Tall Ship Parade from the 2013 Festival of Sail in San Diego

Out & About

Pictures copyright 2012 Russel Ray Photos

The Festival of Sail started this past Friday and continues through Labor Day on the downtown harbor front at the Maritime Museum of San Diego.

Maritime Museum of San Diego

View Larger Map

Pictures copyright 2012 Russel Ray Photos

Check the Museum’s web site for entry fee, times, and updates.

Normally I take the San Diego Trolley from my place to the Maritime Museum and watch the parade.

Russel Ray's bike

Russel Ray’s bike

This year I also took my bike, and instead of watching the parade from crowded downtown, I rode from the Maritime Museum all the way out to Shelter Island where I set up on the pier to get some of my best pictures ever of the tall ships.

Too bad this was the first overcast Tall Ship Parade that I can remember.

Always something, it is.

Pictures from the parade follow. Only tall ships were in the parade, so anything that’s not a tall ship is just a sight I saw while going to, watching, and coming from Shelter Island.

View of downtown San Diego from North Harbor Drive at West Laurel Street:

Downtown San Diego

Pictures copyright 2012 Russel Ray Photos

One of the reasons I chose to go to the Shelter Island pier is because I know lots of pelicans hang out there. You can get within a couple of feet of many of them to get great pictures.

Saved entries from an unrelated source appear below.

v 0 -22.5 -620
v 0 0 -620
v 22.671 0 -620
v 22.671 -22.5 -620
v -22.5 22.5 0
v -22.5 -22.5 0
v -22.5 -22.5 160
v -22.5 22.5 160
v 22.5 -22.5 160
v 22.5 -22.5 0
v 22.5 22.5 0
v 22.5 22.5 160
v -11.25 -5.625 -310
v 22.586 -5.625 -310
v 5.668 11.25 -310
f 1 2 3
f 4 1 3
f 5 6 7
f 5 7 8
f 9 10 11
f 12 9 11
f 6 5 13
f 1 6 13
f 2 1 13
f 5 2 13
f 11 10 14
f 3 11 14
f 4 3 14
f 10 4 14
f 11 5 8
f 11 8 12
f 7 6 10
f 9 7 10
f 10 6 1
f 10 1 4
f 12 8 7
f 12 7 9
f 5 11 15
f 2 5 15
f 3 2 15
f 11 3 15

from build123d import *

# Parameters (mm, degrees)
F0_W     = 45
F0_H     = 45
F2_W     = 22.671414
F2_H     = 22.5
F4_DEPTH = 160


with BuildPart() as f3:
    # F0 (on Top) → F3 section 0
    with BuildSketch(Plane.XY):
        Rectangle(F0_W, F0_H)
    # F2 (on offset) → F3 section 1
    with BuildSketch(Plane.XY.offset(-620)):
        with Locations((11.335707, -11.25)):
            Rectangle(F2_W, F2_H)
    loft()

    # F0 (on Top) → F4 (join)
    with BuildSketch(Plane.XY):
        Rectangle(F0_W, F0_H)
    extrude(amount=F4_DEPTH)


solid = f3.part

Pelicans on Shelter Island pier

Pictures copyright 2012 Russel Ray Photos

The USS Arleigh Burke (DDG-51) was coming into San Diego at the same time the parade was getting underway.

USS Arleigh Burke in San Diego

Pictures copyright 2012 Russel Ray Photos

The USS Arleigh Burke is the lead ship of the Arleigh Burke-class guided missile destroyers, so you’re looking at the first of her kind. It was built at the Bath Iron Works in Bath, Maine, in 1988-89, launched on September 16, 1989, and commissioned on July 4, 1991. Since it is based in Norfolk, Virginia, it’s a pleasure to have it visiting San Diego.

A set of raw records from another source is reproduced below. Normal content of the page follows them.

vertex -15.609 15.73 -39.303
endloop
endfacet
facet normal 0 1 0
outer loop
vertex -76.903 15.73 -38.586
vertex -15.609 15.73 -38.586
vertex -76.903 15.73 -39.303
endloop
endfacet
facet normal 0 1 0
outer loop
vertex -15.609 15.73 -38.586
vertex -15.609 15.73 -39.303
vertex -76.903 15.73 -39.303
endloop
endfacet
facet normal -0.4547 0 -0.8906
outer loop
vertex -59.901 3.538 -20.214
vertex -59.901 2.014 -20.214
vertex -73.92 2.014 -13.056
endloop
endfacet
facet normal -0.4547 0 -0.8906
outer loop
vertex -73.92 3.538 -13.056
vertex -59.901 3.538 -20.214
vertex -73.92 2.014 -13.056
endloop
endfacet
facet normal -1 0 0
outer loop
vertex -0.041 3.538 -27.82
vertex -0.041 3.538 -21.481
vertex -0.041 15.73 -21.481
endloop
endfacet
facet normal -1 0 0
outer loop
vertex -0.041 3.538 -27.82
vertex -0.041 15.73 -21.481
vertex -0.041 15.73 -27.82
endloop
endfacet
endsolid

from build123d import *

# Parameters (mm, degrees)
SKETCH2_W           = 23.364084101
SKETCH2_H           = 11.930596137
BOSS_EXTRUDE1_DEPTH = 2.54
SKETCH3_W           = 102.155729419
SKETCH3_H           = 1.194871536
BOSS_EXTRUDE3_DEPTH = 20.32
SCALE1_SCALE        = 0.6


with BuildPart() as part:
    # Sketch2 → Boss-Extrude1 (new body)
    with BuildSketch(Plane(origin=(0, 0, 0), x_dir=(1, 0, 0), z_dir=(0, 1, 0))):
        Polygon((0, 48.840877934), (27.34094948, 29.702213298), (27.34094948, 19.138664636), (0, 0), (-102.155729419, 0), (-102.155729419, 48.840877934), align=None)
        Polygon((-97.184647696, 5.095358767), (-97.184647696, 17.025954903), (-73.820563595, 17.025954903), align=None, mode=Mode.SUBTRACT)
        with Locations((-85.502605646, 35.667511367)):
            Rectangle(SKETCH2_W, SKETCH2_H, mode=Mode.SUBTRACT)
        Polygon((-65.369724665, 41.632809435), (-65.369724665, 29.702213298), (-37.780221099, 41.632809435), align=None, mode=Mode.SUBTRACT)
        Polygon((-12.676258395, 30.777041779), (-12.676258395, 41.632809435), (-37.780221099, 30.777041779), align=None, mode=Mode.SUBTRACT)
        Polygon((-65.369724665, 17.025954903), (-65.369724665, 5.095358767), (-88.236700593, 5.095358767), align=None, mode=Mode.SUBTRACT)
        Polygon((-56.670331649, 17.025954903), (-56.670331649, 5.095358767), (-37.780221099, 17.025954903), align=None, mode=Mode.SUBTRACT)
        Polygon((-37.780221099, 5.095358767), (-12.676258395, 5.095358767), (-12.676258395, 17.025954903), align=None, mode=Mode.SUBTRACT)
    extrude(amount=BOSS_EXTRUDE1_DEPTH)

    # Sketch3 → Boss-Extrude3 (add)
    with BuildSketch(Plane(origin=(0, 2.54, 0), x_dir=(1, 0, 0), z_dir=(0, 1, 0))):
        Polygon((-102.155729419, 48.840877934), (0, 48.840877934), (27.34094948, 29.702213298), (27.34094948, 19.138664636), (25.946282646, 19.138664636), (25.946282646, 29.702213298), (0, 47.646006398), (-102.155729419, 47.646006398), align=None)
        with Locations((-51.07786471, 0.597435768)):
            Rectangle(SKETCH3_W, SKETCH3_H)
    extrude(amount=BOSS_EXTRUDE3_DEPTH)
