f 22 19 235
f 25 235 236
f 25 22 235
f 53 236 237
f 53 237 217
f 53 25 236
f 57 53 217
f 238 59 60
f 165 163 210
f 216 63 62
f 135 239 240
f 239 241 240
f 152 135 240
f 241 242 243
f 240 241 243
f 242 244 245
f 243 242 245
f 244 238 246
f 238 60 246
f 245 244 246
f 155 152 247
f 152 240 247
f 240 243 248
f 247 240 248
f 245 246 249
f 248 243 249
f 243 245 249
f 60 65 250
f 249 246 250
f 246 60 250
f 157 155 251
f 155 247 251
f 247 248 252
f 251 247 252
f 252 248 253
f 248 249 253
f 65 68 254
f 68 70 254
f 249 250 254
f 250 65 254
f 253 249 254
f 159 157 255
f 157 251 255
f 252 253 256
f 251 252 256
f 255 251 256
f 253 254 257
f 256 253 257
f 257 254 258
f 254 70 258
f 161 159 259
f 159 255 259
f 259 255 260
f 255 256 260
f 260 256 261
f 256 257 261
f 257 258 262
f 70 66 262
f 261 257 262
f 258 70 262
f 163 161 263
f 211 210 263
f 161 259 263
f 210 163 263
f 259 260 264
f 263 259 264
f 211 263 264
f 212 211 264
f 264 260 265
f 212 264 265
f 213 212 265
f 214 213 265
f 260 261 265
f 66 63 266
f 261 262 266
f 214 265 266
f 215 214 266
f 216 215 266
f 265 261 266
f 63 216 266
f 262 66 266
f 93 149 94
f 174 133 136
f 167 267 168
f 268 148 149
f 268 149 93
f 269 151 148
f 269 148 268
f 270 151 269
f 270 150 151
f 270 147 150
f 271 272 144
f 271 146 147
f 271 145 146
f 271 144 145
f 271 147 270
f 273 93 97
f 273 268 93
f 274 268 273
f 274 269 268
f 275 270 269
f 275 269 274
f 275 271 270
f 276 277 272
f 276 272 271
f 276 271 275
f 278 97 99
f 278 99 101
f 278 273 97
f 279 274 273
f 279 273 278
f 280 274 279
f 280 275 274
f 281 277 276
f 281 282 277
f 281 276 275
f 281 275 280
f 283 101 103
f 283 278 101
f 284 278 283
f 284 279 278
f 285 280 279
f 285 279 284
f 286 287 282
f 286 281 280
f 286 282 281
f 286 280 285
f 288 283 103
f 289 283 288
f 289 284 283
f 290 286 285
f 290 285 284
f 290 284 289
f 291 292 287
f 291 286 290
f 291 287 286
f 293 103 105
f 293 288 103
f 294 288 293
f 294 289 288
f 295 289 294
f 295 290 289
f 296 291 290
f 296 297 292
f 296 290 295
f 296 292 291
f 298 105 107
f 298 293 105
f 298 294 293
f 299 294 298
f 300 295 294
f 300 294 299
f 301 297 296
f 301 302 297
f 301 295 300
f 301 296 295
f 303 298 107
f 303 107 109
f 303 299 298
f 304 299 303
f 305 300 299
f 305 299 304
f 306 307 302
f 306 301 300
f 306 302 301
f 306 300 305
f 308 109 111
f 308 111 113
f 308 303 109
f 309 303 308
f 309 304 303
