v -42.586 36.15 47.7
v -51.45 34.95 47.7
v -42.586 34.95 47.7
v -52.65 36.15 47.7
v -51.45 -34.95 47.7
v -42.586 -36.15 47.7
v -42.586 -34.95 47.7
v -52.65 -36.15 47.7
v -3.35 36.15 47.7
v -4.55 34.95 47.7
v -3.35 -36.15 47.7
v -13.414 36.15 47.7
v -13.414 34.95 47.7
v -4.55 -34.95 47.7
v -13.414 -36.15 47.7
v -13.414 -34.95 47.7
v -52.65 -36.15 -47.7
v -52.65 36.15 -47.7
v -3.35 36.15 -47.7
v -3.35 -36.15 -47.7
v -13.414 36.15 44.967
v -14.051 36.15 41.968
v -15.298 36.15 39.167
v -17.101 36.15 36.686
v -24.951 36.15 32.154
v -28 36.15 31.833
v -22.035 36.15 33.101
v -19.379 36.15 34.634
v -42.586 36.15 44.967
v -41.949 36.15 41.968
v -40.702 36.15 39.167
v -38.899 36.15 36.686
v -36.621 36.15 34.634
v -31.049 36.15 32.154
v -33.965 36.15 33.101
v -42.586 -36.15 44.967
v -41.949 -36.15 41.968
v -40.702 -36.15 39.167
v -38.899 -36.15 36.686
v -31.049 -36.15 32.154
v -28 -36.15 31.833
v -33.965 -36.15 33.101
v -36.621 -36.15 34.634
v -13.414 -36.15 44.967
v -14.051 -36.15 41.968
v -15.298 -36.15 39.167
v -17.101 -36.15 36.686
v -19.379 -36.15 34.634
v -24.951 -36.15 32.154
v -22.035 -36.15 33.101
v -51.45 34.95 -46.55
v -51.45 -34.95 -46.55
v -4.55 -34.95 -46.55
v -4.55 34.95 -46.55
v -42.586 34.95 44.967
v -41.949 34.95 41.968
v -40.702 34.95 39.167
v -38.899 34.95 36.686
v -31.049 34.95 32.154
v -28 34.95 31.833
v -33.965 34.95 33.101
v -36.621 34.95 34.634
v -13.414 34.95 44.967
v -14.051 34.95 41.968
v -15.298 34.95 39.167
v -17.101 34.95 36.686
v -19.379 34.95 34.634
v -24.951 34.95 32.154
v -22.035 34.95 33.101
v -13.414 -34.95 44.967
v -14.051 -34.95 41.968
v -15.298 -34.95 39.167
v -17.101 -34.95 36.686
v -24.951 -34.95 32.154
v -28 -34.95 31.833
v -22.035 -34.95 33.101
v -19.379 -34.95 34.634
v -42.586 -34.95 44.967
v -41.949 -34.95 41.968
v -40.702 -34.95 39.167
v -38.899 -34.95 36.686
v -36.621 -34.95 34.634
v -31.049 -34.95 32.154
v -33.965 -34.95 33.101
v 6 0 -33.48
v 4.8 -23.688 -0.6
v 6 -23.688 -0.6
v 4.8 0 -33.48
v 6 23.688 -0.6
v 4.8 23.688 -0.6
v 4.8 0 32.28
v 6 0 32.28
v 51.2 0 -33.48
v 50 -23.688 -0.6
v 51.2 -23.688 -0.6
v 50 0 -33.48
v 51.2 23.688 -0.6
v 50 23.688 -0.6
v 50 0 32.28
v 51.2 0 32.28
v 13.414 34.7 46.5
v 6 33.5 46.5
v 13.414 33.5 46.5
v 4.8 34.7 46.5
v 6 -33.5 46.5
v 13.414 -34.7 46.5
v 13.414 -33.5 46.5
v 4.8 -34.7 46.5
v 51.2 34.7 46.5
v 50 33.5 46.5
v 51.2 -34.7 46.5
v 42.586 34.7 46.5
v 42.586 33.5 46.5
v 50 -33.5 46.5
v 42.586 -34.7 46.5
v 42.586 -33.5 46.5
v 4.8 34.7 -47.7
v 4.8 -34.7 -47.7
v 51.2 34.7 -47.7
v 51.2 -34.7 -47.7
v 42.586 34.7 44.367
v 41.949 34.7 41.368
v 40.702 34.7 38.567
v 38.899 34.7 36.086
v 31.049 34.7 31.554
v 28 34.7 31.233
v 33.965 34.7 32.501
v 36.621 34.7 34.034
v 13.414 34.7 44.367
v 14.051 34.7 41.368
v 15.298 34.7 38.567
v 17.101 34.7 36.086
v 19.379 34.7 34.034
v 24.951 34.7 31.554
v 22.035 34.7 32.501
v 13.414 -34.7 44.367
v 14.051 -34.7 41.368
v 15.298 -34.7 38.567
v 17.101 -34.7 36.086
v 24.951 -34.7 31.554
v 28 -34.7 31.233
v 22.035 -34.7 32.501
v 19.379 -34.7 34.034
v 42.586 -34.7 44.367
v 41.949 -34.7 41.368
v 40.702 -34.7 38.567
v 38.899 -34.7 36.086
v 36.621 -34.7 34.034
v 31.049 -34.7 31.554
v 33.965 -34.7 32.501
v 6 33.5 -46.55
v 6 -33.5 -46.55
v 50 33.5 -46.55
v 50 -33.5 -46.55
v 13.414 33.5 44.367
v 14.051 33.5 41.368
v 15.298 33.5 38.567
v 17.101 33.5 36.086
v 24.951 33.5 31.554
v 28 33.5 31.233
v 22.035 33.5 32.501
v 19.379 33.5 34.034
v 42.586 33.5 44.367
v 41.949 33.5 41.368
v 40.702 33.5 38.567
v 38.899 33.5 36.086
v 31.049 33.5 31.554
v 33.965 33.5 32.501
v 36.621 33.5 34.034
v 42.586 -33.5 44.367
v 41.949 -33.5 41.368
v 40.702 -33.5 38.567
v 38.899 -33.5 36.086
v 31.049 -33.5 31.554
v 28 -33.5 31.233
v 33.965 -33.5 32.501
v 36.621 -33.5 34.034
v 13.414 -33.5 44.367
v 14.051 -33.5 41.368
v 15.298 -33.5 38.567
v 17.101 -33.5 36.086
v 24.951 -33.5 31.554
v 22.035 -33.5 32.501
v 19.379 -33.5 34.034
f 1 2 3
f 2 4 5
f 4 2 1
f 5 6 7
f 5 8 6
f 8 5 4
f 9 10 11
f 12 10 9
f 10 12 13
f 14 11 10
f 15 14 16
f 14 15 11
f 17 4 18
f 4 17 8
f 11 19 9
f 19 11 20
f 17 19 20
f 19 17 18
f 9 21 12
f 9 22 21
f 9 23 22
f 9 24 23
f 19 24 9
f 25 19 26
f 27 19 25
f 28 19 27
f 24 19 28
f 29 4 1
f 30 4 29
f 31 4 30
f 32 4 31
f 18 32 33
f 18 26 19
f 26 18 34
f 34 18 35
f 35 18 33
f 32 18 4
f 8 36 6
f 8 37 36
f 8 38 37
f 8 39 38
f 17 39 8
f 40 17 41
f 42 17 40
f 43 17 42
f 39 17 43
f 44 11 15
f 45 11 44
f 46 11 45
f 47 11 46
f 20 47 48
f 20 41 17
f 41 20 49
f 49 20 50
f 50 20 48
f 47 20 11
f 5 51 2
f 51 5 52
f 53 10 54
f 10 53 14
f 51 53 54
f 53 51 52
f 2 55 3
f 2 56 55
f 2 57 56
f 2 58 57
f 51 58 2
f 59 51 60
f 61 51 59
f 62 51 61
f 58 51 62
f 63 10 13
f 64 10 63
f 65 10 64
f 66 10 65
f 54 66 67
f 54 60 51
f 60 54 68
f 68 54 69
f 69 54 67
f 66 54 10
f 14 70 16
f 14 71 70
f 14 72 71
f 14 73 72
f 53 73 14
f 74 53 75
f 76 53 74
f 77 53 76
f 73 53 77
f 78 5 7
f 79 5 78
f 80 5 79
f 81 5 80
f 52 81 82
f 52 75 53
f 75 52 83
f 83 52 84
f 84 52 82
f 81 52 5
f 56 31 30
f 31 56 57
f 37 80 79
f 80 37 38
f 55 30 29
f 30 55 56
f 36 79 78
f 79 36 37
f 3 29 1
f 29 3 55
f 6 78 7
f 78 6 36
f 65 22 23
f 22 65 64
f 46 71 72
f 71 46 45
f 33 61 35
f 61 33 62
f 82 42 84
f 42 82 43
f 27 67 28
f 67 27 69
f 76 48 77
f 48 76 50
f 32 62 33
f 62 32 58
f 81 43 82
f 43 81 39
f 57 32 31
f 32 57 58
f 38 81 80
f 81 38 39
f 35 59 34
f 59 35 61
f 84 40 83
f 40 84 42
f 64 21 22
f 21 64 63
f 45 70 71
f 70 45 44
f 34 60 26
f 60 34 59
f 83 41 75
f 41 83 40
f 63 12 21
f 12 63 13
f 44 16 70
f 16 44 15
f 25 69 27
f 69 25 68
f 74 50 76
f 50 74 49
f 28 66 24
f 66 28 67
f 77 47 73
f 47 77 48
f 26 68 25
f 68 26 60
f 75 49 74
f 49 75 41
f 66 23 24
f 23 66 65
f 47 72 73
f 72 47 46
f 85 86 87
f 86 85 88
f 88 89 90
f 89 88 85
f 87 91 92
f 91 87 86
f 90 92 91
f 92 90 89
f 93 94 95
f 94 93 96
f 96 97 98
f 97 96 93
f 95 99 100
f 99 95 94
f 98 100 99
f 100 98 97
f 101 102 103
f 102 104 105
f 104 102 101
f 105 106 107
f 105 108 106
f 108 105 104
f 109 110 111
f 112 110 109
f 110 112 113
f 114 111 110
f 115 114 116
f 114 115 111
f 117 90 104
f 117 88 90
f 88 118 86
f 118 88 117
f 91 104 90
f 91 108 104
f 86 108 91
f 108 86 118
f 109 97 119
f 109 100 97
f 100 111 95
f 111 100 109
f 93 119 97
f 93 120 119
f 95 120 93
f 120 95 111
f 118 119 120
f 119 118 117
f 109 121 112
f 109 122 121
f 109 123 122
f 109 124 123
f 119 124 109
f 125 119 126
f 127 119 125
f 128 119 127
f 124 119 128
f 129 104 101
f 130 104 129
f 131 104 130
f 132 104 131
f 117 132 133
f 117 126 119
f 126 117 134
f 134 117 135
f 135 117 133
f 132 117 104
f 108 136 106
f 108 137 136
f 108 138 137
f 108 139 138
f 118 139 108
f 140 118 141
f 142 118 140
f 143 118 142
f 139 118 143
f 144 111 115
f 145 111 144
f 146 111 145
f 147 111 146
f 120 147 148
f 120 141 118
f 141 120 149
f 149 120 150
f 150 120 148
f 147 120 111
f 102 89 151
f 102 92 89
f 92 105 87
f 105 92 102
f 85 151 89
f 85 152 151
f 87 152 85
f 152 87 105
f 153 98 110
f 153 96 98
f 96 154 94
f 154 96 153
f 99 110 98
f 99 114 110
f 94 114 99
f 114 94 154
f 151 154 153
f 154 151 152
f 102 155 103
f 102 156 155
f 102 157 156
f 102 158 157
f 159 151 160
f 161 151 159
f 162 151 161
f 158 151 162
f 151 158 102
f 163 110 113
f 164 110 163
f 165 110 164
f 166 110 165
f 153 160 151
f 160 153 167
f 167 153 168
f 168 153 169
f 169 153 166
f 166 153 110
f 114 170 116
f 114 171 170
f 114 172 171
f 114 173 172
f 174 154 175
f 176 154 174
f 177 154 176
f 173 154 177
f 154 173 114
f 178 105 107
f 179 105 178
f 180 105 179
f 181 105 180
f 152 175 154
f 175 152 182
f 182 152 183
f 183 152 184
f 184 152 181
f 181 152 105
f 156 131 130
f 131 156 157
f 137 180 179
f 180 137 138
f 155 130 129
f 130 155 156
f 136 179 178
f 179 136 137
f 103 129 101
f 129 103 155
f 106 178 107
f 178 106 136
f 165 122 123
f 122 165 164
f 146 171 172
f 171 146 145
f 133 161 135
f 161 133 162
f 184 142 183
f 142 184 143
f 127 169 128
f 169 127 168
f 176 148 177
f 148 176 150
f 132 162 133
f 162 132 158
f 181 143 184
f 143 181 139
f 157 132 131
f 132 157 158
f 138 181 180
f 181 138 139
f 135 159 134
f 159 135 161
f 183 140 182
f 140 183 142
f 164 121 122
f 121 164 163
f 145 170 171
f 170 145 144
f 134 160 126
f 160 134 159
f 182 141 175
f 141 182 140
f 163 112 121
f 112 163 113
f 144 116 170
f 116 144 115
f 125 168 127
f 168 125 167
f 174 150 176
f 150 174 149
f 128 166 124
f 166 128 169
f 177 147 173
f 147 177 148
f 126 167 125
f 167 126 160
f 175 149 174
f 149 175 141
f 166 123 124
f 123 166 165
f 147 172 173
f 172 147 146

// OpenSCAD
// export each separately
// box_lid(_h,_w,_d);
// box_lower(_h,_w,_d, _hasCutout);

// define card size
// Ex: MTG with sleeves 93, 67, 44
// height in mm
_h = 93;  
// width in mm
_w = 67;   
// depth/how thick is the pile of cards in mm
_d = 44 ;
// should the bottom have a cutout?
_hasCutout = 1;  // [1:yes,0:no] 
// should this thing render the top/lid of the box
_include_top = 1;  // [1:yes,0:no]
// should this thing render the bottom of the box
_include_bottom = 1;  // [1:yes,0:no]
// when rendering both top and bottom, include spacing between objects (in mm).
_object_spacing = 4;  


// cut out will save on printing material and time

//     _________________
//    /                /|
//   /                d |
//  /                /  |
// ------------------   |
// |                |   |
// |                |   |
// |                |   |
// |                h   |
// |                |   |
// |                |   |
// |                |  /
// |                | /
// |                |/
// ---------w--------




module inner_dim(h,w,d)
{
	translate([.6,0,0]) cube([h + 0.1,w,d],center=true);
	
}

module outer_dim(h,w,d)
{
	cube([h + 1.2,w + 2.4,d + 2.4],center=true);

}
module outer_lid(h,w,d)
{
	h_mod = h;
	w_mod = w + 0.5;
	d_mod = d + 0.5;
	cube([h_mod + 2.4, w_mod + 4.8,d_mod + 4.8],center=true);
	
}


module cutout(h,w,d)
{
	scale([(h/2),(w/2),1]) rotate([0,0,45]) cube([1,1,5], center=true);

}

module box_lower(h,w,d,hasCutout)
{
	difference()
	{
		outer_dim(h,w,d);
		inner_dim(h,w,d);
		translate([h/2,0,0]) 
			rotate([90,0,0]) 
				cylinder(w+40, d=d/1.5, center=true);
		
		if(hasCutout)
		{
			translate([0,0,d/2]) cutout(h,w,d);
			translate([0,0,-d/2]) cutout(h,w,d);
		}
	}

}

module box_lid(h,w,d)
{
	difference()
	{
		outer_lid(h,w,d);
		translate([.6,0,0]) outer_dim(h + .1,w+.5,d + .5);
		translate([h/2,0,0]) 
			rotate([90,0,0]) 
				cylinder(w+40, d=d/1.5, center=true);
	}
	
}

// control output for customizer
module output_top()
{
    rotate([0,-90,0]) box_lid(_h,_w,_d);
}

module output_bottom()
{
    translate([0,0,-(1.2/2)]) rotate([0,-90,0]) box_lower(_h,_w,_d, _hasCutout);
}

if(_include_top == 1 && _include_bottom == 1)
{
    translate([-(_d/2) - 2 - _object_spacing,0,0]) output_top();
    translate([(_d/2) + 2 + _object_spacing,0,0]) output_bottom();
}
else if(_include_top == 1)
{
    output_top();
}
else
{
    output_bottom(); 
}


//output_top();

//translate([30,0,0]) rotate([0,-90,0]) box_lid(_h,_w,_d);
//translate([-30,0,0])  rotate([0,-90,0]) box_lower(_h,_w,_d, _hasCutout);











The Californian, the official tall ship of the State of California and based right here in San Diego:

The Californian

Pictures copyright 2012 Russel Ray Photos

The Californian is a replica of the C.W. Lawrence, a revenue service cutter that operated off the California coast in the 1850s. It is 145 feet long and was built in 1984. In 2003, Governor Arnold Schwarzenegger signed Bill No. 965 making it the official state tall ship. It provides sail training and sea educational programs up and down the California coast, and is open to the public for harbor sailing every Saturday during the summer. No, I have not sailed on it yet, but it’s on my bucket list.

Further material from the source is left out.